ZERO COSTe-Filing of Your duty Return (SELF)

Filing your Income Tax Return( ITR) on the Income duty gate does not have to bedaunting.However, do not worry, If you find it complex. You can mileage expert backing to handle your duty form snappily, accessibly, and at no cost to you. With expert guidance, you will maximize your refund with ease. Explore our range of acclimatized packages then( (Click Here show packages) Top plan as per your budget

Which ITR Form Should You Use?

 Navigating through the colorful ITR forms can be confusing. To simplify the process, then is a breakdown

 ITR- 1( Sahaj) Suitable for individualities with a total income of over toRs. 50 lakh, encompassing income from hires, one house property, other sources( like interest), and agrarian income up toRs. 5,000.

 ITR- 2 Designed for individualities and HUFs without income from business or profession.

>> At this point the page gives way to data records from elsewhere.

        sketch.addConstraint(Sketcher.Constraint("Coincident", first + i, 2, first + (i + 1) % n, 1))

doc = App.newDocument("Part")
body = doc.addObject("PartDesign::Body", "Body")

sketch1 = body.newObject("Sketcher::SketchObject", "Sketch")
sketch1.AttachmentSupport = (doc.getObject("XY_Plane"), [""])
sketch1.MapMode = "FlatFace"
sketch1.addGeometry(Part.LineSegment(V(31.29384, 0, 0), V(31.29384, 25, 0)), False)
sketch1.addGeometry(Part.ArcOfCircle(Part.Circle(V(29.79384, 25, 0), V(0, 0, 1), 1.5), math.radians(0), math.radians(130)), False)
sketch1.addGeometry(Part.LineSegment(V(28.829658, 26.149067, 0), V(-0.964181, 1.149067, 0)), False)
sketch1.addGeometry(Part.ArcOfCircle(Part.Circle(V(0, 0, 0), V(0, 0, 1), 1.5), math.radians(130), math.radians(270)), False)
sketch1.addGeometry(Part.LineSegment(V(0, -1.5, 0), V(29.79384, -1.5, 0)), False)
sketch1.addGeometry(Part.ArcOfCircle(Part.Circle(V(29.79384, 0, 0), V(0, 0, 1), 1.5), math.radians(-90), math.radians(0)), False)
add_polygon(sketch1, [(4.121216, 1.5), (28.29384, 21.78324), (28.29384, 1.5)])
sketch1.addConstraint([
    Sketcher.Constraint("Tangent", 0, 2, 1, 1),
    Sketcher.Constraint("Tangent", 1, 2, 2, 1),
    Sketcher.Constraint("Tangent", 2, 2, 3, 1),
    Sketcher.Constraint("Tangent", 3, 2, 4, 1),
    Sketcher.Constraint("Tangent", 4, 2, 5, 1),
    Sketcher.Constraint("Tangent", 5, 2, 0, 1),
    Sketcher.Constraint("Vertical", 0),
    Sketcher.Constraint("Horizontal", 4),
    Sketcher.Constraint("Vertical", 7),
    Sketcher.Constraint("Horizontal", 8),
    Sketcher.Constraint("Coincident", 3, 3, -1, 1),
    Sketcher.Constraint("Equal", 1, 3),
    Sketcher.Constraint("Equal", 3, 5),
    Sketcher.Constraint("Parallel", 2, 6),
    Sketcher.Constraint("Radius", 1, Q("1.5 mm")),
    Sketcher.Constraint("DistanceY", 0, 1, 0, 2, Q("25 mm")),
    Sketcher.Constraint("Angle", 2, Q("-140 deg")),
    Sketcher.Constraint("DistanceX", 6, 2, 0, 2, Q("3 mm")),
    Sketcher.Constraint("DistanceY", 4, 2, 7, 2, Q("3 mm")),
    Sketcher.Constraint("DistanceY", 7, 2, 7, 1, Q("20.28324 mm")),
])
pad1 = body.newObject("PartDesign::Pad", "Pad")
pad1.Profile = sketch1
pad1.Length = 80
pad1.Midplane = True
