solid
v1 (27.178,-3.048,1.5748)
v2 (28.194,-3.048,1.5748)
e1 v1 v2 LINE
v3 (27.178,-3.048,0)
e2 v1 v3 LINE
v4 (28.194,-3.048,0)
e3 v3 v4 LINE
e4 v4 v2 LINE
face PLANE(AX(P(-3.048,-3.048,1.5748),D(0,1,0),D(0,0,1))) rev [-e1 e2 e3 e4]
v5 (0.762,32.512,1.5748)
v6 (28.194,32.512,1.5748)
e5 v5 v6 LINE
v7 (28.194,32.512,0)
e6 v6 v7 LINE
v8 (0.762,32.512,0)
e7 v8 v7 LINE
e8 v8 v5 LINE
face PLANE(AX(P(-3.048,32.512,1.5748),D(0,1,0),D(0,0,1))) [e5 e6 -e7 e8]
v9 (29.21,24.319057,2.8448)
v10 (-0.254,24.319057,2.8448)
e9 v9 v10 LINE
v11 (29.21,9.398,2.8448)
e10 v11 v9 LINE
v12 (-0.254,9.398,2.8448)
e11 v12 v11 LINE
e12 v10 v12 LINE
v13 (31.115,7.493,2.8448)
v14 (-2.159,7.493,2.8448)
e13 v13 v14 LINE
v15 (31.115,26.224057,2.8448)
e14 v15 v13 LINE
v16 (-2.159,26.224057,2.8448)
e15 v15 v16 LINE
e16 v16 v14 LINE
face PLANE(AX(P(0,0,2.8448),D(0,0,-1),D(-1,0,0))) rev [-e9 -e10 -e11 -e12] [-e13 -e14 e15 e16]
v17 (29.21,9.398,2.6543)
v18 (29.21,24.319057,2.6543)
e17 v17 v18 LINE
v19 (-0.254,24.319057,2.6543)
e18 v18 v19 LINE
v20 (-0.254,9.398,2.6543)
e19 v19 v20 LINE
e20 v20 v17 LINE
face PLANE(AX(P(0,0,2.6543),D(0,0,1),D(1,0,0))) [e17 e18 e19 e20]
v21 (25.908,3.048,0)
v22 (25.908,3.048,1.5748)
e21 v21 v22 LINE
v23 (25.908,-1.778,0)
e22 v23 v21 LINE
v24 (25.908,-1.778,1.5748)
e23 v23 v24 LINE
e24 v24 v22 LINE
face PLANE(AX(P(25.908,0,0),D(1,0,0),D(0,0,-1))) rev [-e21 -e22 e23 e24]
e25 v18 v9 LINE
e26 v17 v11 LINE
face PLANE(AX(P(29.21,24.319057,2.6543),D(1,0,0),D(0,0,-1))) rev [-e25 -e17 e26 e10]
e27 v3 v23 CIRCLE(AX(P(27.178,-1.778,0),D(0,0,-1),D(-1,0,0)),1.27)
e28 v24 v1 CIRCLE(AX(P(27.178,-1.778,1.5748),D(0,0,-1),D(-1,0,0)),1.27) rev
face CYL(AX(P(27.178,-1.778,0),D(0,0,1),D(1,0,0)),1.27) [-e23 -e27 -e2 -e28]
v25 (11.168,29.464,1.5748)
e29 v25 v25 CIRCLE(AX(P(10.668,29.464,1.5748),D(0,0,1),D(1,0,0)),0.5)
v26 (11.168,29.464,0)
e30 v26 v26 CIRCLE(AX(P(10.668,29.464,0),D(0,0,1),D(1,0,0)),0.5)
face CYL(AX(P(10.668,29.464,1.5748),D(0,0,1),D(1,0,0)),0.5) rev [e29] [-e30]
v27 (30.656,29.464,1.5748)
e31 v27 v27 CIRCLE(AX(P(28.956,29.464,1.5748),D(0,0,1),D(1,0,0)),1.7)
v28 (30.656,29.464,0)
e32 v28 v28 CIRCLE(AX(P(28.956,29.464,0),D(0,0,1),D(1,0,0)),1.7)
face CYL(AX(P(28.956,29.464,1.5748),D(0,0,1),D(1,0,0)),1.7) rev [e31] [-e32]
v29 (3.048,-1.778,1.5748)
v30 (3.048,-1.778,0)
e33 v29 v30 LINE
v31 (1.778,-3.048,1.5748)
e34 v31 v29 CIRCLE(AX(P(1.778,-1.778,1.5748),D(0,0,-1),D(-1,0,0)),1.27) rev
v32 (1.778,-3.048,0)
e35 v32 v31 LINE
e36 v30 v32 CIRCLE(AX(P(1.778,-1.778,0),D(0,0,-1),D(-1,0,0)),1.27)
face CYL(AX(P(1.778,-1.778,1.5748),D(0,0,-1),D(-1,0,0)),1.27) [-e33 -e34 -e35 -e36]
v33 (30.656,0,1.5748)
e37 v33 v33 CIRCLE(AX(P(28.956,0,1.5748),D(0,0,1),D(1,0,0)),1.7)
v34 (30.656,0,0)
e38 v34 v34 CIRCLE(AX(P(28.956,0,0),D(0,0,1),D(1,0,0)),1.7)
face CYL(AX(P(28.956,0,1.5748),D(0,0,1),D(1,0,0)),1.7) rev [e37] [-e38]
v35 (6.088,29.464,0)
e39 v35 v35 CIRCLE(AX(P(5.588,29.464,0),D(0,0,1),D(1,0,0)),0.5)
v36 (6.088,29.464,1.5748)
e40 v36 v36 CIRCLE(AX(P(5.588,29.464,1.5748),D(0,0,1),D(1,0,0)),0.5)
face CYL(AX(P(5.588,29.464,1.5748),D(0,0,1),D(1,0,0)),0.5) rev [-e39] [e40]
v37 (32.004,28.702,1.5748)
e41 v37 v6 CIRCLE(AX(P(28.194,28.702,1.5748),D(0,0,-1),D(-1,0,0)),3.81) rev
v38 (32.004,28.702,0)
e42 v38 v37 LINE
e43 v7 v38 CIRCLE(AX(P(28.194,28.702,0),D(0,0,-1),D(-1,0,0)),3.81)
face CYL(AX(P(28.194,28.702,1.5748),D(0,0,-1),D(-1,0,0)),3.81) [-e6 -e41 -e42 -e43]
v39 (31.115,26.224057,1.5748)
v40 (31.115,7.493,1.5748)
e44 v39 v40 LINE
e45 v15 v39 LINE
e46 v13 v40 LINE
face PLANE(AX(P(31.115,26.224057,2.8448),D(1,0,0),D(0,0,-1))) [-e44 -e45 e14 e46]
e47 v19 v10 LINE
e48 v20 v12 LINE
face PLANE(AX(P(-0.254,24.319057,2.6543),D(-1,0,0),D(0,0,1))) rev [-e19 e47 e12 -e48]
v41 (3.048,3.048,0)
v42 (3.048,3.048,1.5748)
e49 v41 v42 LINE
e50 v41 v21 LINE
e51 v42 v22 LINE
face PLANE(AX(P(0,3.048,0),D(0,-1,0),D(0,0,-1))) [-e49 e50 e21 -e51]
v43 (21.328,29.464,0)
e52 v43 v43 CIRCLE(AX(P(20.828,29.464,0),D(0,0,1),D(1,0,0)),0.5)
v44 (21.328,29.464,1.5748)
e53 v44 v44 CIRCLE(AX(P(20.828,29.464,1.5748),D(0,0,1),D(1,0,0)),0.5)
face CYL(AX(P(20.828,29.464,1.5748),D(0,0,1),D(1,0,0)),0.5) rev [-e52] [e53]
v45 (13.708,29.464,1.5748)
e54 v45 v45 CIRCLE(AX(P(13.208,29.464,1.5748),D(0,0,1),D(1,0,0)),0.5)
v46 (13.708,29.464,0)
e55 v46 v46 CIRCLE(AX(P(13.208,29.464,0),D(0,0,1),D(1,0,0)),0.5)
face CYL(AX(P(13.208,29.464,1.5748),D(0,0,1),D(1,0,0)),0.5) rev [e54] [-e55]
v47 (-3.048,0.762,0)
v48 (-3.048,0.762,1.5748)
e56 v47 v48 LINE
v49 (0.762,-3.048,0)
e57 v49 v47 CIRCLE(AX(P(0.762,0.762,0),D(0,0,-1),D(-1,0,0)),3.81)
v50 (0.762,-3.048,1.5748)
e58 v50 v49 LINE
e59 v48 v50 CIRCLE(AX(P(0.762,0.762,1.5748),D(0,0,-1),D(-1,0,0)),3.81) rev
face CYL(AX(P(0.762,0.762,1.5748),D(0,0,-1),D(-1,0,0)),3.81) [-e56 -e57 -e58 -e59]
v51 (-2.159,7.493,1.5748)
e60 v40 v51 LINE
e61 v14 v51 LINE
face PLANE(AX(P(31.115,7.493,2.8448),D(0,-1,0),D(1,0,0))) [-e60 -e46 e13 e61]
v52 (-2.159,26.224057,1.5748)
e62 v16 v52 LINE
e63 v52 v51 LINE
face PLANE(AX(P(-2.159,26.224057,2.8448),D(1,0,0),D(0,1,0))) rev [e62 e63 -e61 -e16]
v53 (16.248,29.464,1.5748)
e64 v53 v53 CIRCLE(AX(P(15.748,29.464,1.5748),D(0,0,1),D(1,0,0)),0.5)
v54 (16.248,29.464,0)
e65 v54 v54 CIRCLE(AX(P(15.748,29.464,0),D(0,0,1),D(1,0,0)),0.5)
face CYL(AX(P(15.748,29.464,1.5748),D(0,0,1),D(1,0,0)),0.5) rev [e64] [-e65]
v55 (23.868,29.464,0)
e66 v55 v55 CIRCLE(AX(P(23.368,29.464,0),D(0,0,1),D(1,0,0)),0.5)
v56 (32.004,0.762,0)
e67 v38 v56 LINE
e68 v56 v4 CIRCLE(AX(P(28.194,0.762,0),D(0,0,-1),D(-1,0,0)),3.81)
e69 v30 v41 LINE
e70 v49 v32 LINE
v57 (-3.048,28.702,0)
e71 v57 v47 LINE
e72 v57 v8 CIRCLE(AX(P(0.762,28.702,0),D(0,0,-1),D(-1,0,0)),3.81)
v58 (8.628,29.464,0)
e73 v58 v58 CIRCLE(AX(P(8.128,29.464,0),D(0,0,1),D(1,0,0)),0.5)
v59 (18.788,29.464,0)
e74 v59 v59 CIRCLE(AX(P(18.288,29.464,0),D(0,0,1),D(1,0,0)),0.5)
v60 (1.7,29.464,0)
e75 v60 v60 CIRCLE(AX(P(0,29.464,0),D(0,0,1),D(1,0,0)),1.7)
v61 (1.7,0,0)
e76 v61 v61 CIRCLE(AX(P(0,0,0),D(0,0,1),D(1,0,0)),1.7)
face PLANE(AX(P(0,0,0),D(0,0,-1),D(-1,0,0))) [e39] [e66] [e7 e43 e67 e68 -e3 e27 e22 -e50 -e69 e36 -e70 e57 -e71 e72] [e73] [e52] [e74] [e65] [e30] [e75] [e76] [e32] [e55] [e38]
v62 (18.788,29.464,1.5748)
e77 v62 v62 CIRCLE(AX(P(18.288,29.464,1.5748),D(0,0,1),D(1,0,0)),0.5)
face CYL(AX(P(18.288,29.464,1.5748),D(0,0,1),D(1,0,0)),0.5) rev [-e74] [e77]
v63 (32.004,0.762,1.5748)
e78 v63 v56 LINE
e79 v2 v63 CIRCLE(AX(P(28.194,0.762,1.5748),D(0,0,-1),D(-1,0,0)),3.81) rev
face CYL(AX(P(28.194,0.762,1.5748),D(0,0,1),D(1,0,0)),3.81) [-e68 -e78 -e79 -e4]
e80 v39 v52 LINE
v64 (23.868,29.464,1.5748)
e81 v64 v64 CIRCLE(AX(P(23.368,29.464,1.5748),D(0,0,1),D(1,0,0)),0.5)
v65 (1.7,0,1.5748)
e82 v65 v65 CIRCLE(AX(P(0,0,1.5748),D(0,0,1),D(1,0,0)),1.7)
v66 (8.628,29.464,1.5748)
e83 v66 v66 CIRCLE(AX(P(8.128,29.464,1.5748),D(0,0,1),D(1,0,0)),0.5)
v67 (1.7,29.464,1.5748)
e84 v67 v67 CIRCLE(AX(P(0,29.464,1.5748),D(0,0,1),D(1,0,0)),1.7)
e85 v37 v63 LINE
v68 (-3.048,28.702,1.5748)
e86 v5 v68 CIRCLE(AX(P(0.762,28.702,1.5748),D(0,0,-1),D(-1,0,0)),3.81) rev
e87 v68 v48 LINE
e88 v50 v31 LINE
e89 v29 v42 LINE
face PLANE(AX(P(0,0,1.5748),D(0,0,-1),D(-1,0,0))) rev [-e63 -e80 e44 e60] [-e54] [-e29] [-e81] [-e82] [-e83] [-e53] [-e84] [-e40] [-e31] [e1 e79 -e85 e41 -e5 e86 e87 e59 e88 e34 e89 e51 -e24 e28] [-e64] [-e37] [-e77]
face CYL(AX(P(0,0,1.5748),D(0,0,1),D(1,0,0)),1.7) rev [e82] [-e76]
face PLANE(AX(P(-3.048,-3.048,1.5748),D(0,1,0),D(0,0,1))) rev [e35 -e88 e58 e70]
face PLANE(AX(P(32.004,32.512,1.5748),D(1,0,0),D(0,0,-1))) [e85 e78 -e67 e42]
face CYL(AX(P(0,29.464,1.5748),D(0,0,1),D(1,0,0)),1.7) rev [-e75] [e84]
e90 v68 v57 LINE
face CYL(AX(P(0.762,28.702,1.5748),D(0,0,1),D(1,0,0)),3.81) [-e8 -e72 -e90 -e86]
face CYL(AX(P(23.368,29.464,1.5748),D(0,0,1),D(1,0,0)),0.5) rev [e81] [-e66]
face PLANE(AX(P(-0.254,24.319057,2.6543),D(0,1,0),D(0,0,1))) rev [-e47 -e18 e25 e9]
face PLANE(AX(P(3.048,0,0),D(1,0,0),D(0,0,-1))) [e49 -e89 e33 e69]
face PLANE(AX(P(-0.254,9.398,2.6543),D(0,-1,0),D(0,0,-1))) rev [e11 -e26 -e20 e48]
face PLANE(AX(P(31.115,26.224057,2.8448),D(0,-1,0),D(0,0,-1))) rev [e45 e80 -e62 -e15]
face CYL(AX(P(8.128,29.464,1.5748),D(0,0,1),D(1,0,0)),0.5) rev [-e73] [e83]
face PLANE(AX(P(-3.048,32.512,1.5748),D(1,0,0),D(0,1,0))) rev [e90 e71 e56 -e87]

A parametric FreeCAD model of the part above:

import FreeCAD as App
import Part
import Sketcher
from FreeCAD import Vector
Q = App.Units.Quantity


def edges_at(feature, points):
    """Names of the edges that pass closest to the given points."""
    edges = feature.Shape.Edges
    near = lambda p: min(range(len(edges)), key=lambda i: edges[i].distToShape(Part.Vertex(*p))[0])
    return sorted({f"Edge{near(p) + 1}" for p in points})

doc = App.newDocument("Part")
body = doc.addObject("PartDesign::Body", "Body")

sketch1 = body.newObject("Sketcher::SketchObject", "Sketch")
sketch1.AttachmentSupport = (doc.getObject("XY_Plane"), [""])
sketch1.MapMode = "FlatFace"
sketch1.addGeometry([
    Part.LineSegment(Vector(-3.048, 32.512, 0), Vector(-3.048, -3.048, 0)),
    Part.LineSegment(Vector(-3.048, -3.048, 0), Vector(32.004, -3.048, 0)),
    Part.LineSegment(Vector(32.004, -3.048, 0), Vector(32.004, 32.512, 0)),
    Part.LineSegment(Vector(32.004, 32.512, 0), Vector(-3.048, 32.512, 0)),
], False)
sketch1.addConstraint([
    Sketcher.Constraint("Coincident", 0, 2, 1, 1),
    Sketcher.Constraint("Coincident", 1, 2, 2, 1),
    Sketcher.Constraint("Coincident", 2, 2, 3, 1),
    Sketcher.Constraint("Coincident", 3, 2, 0, 1),
    Sketcher.Constraint("Vertical", 0),
    Sketcher.Constraint("Horizontal", 1),
    Sketcher.Constraint("Vertical", 2),
    Sketcher.Constraint("Horizontal", 3),
    Sketcher.Constraint("DistanceY", 0, 2, 0, 1, Q("1.4 in")),
    Sketcher.Constraint("DistanceX", 1, 1, 1, 2, Q("1.38 in")),
    Sketcher.Constraint("DistanceX", 0, 2, -1, 1, Q("0.12 in")),
    Sketcher.Constraint("DistanceY", 0, 2, -1, 1, Q("0.12 in")),
])
pad1 = body.newObject("PartDesign::Pad", "Pad")
pad1.Profile = sketch1
pad1.Length = Q("0.062 in")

 ITR- 3 Intended for individualities and HUFs with income from business or profession.

 ITR- 4 ( Sugam) If your business qualifies for plausible income, this form is for you. It applies to individualities, HUFs, and enterprises( banning LLPs) with a total income of over toRs. 50 lakh, calculated under sections 44AD, 44ADA, or 44AE.

5 Simple way toe-File Your Income Tax Return on theE-filing Portal

1. Register on the Income duty gate. 
2. elect the applicable ITR form. 
3. Fill in your particular and income details. 
4. Review your return for delicacy. 
5. train your ITR hassle-free.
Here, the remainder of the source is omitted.